**EXERCISE DESCRIPTION**
Among the records below, which lines contain the string "outside"? Report them.

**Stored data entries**
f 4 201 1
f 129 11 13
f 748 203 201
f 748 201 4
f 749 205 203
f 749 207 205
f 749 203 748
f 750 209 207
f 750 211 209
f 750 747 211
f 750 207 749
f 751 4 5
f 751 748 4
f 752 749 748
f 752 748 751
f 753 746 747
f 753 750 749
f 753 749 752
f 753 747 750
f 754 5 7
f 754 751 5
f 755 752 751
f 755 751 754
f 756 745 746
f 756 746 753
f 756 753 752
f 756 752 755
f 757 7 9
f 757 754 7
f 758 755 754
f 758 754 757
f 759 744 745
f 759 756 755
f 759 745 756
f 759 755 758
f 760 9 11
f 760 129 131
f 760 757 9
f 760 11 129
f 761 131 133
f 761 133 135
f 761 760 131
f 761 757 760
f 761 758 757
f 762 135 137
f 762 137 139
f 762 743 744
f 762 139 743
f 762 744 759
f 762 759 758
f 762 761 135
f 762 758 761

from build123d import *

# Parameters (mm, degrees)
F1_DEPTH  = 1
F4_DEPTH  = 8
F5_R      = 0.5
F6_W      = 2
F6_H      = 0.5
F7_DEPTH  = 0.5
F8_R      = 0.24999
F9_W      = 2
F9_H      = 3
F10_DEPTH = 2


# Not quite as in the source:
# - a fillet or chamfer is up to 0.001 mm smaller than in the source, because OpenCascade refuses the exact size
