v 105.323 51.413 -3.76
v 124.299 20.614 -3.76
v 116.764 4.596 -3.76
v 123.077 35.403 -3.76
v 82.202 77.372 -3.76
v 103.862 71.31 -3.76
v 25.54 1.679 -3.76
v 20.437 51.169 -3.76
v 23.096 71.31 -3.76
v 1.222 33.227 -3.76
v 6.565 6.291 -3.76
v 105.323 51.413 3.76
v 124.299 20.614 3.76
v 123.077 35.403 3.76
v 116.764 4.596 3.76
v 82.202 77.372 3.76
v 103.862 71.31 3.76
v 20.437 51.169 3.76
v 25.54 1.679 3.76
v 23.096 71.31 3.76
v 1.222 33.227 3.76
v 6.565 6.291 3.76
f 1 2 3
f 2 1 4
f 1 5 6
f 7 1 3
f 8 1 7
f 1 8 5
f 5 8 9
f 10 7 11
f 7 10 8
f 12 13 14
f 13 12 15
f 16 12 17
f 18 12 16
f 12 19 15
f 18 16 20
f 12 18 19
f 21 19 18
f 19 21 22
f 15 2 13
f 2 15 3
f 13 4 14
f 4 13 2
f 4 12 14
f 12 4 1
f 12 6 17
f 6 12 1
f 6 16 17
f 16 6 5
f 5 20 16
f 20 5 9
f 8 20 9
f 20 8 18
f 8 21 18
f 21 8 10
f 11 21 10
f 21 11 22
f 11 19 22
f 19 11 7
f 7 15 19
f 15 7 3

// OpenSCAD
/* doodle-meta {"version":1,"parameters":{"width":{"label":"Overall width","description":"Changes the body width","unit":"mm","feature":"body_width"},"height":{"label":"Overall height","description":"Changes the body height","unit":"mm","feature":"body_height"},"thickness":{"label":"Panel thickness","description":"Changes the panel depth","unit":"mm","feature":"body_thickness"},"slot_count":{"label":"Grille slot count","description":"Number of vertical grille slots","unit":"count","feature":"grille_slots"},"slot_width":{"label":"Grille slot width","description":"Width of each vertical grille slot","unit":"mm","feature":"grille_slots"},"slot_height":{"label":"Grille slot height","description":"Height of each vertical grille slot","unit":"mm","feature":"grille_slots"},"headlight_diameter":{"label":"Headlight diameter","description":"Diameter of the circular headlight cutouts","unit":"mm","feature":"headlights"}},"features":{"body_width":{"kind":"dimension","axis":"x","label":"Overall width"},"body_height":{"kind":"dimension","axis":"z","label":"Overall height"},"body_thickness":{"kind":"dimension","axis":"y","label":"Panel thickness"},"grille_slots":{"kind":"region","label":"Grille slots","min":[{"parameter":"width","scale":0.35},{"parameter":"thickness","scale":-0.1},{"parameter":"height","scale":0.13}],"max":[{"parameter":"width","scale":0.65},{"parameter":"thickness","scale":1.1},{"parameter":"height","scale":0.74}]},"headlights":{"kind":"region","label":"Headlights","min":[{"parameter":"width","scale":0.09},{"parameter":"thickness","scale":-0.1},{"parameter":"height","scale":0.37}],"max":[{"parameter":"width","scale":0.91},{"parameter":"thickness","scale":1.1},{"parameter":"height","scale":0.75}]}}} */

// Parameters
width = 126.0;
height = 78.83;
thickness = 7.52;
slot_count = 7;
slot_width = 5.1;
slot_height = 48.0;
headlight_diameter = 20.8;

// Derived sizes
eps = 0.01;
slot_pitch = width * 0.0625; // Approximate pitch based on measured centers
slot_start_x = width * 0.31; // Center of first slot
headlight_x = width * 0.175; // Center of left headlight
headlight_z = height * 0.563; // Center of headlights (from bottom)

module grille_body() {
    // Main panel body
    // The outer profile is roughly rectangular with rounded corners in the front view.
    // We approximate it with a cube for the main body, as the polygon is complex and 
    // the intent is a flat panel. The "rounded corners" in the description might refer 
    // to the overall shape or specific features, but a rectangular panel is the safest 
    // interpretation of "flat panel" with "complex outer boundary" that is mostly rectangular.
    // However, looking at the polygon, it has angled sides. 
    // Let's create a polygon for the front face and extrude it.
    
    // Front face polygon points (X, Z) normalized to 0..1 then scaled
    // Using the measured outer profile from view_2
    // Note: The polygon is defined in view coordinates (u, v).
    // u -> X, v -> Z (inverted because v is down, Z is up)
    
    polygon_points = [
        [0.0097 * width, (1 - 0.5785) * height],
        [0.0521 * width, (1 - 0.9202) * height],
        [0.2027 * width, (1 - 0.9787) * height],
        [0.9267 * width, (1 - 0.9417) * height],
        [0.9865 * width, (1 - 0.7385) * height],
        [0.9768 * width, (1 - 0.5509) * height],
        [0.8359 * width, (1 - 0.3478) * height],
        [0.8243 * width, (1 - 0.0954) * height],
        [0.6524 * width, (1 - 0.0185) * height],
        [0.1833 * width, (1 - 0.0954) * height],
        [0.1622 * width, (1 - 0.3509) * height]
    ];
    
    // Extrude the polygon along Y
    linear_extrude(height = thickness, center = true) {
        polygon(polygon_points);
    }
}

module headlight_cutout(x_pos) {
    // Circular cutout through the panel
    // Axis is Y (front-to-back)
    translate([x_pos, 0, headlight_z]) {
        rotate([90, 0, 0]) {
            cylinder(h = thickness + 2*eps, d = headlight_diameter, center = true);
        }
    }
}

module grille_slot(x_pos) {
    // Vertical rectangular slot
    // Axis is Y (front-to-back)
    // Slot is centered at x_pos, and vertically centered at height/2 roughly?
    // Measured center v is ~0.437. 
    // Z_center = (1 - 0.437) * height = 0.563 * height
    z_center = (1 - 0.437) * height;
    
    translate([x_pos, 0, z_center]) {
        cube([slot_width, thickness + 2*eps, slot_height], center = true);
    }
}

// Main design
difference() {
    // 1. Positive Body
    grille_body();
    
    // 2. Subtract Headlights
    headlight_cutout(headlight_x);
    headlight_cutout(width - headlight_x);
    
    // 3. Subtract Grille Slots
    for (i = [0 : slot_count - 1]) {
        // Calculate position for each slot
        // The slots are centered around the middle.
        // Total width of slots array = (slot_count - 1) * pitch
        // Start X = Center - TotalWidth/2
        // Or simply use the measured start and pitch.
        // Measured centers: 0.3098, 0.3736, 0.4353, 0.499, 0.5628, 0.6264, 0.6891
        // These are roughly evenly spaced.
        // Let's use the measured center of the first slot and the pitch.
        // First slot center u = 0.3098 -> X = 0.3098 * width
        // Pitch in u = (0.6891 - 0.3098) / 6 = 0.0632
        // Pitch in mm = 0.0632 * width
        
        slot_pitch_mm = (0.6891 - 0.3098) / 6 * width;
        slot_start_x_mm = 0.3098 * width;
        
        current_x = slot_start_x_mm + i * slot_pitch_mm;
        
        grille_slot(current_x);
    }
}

--

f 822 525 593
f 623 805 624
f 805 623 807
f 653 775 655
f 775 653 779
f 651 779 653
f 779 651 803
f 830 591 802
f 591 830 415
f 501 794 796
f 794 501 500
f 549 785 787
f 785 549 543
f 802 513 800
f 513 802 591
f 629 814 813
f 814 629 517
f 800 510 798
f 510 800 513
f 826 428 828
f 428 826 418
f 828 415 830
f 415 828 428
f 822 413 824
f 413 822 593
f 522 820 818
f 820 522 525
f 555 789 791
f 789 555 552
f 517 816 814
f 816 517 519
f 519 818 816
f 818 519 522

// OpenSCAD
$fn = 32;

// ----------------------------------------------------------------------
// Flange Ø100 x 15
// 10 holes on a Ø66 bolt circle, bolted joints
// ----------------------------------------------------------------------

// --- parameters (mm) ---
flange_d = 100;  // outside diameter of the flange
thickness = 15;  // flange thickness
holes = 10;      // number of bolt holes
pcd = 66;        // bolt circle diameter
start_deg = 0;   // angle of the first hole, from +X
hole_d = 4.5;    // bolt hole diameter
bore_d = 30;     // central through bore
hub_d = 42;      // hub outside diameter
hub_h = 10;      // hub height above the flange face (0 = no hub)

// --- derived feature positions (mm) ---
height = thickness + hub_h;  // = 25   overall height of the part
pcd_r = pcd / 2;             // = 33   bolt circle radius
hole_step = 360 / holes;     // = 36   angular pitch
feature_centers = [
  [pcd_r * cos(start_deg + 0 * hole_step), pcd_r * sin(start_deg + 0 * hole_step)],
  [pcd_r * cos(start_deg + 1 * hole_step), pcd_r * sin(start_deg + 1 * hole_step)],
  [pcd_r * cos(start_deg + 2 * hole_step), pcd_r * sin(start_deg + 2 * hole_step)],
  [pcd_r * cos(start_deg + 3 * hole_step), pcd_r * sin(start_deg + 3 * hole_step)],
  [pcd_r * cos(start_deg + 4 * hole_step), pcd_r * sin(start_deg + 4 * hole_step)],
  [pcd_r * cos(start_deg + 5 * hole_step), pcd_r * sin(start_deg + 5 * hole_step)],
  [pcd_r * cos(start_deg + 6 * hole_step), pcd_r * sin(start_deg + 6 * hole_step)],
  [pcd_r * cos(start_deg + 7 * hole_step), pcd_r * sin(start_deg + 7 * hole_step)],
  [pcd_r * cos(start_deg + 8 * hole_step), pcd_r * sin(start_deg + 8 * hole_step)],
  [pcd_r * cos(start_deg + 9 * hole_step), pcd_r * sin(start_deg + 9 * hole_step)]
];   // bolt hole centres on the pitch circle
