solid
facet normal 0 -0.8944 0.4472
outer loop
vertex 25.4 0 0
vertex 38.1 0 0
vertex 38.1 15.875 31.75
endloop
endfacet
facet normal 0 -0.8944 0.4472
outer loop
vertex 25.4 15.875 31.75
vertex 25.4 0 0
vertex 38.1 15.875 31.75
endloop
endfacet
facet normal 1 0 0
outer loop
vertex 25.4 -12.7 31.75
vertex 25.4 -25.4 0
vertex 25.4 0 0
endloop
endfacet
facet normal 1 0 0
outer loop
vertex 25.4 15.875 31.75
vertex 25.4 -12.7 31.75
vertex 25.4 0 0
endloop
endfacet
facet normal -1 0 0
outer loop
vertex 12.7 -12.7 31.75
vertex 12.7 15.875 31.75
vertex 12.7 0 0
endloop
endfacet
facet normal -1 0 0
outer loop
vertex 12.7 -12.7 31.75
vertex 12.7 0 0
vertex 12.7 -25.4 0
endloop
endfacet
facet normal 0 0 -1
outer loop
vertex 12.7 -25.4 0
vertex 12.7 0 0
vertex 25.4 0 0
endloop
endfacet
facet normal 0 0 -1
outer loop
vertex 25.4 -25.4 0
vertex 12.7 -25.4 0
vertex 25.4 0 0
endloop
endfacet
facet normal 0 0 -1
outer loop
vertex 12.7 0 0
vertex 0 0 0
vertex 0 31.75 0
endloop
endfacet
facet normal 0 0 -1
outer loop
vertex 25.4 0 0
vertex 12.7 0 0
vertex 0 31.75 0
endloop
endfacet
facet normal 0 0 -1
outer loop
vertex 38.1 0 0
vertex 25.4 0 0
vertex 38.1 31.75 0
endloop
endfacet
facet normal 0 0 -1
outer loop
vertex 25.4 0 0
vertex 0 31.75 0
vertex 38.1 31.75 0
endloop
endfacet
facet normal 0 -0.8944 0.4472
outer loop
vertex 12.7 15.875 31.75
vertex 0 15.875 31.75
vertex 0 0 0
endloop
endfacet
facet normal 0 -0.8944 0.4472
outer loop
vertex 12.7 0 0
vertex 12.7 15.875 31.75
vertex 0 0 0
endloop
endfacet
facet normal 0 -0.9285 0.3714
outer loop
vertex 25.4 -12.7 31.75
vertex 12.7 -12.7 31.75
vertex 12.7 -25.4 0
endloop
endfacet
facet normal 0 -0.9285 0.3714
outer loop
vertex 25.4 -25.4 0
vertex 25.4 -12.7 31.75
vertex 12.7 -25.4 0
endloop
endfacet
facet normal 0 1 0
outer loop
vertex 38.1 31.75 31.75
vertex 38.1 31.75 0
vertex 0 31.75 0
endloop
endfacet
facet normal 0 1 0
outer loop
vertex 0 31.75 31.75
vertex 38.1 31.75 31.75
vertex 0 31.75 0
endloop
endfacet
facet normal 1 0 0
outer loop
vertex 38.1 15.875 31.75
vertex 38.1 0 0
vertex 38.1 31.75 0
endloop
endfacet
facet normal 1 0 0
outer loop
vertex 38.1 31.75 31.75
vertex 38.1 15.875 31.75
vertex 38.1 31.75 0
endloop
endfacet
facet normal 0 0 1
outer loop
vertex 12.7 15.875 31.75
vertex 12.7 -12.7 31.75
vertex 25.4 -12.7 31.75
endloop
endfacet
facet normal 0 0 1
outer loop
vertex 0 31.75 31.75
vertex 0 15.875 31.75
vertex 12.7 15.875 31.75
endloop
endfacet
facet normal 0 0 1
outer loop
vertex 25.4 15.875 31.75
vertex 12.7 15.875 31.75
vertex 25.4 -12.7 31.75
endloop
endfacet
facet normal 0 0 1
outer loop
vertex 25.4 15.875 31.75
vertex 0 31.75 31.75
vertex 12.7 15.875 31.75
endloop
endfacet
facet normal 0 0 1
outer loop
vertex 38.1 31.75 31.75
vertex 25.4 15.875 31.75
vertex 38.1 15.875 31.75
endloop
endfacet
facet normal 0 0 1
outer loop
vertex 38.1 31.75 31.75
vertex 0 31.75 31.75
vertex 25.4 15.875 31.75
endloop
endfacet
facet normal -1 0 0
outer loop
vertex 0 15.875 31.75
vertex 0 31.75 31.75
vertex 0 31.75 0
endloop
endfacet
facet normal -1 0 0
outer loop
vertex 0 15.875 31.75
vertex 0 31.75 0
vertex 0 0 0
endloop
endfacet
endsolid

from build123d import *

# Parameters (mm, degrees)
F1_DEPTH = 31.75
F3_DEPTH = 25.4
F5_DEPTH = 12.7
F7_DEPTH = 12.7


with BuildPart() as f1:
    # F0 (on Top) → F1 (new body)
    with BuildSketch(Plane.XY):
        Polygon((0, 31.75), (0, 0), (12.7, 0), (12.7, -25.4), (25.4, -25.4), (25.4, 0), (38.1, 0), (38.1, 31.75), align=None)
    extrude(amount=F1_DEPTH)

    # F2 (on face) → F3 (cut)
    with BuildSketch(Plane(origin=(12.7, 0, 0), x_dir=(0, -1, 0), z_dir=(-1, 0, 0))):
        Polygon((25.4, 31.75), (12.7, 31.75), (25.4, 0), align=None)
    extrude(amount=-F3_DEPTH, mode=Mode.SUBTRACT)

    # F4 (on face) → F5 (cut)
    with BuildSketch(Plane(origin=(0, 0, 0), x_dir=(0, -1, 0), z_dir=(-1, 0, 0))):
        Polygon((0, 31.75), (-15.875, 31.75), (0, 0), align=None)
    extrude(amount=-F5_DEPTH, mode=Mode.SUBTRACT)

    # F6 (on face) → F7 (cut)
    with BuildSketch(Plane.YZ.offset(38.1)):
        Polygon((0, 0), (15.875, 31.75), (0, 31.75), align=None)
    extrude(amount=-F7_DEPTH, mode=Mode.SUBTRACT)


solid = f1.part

**RESPONSE TO THIS TASK**
flange_d = 100;  // outside diameter of the flange
hub_d = 42;      // hub outside diameter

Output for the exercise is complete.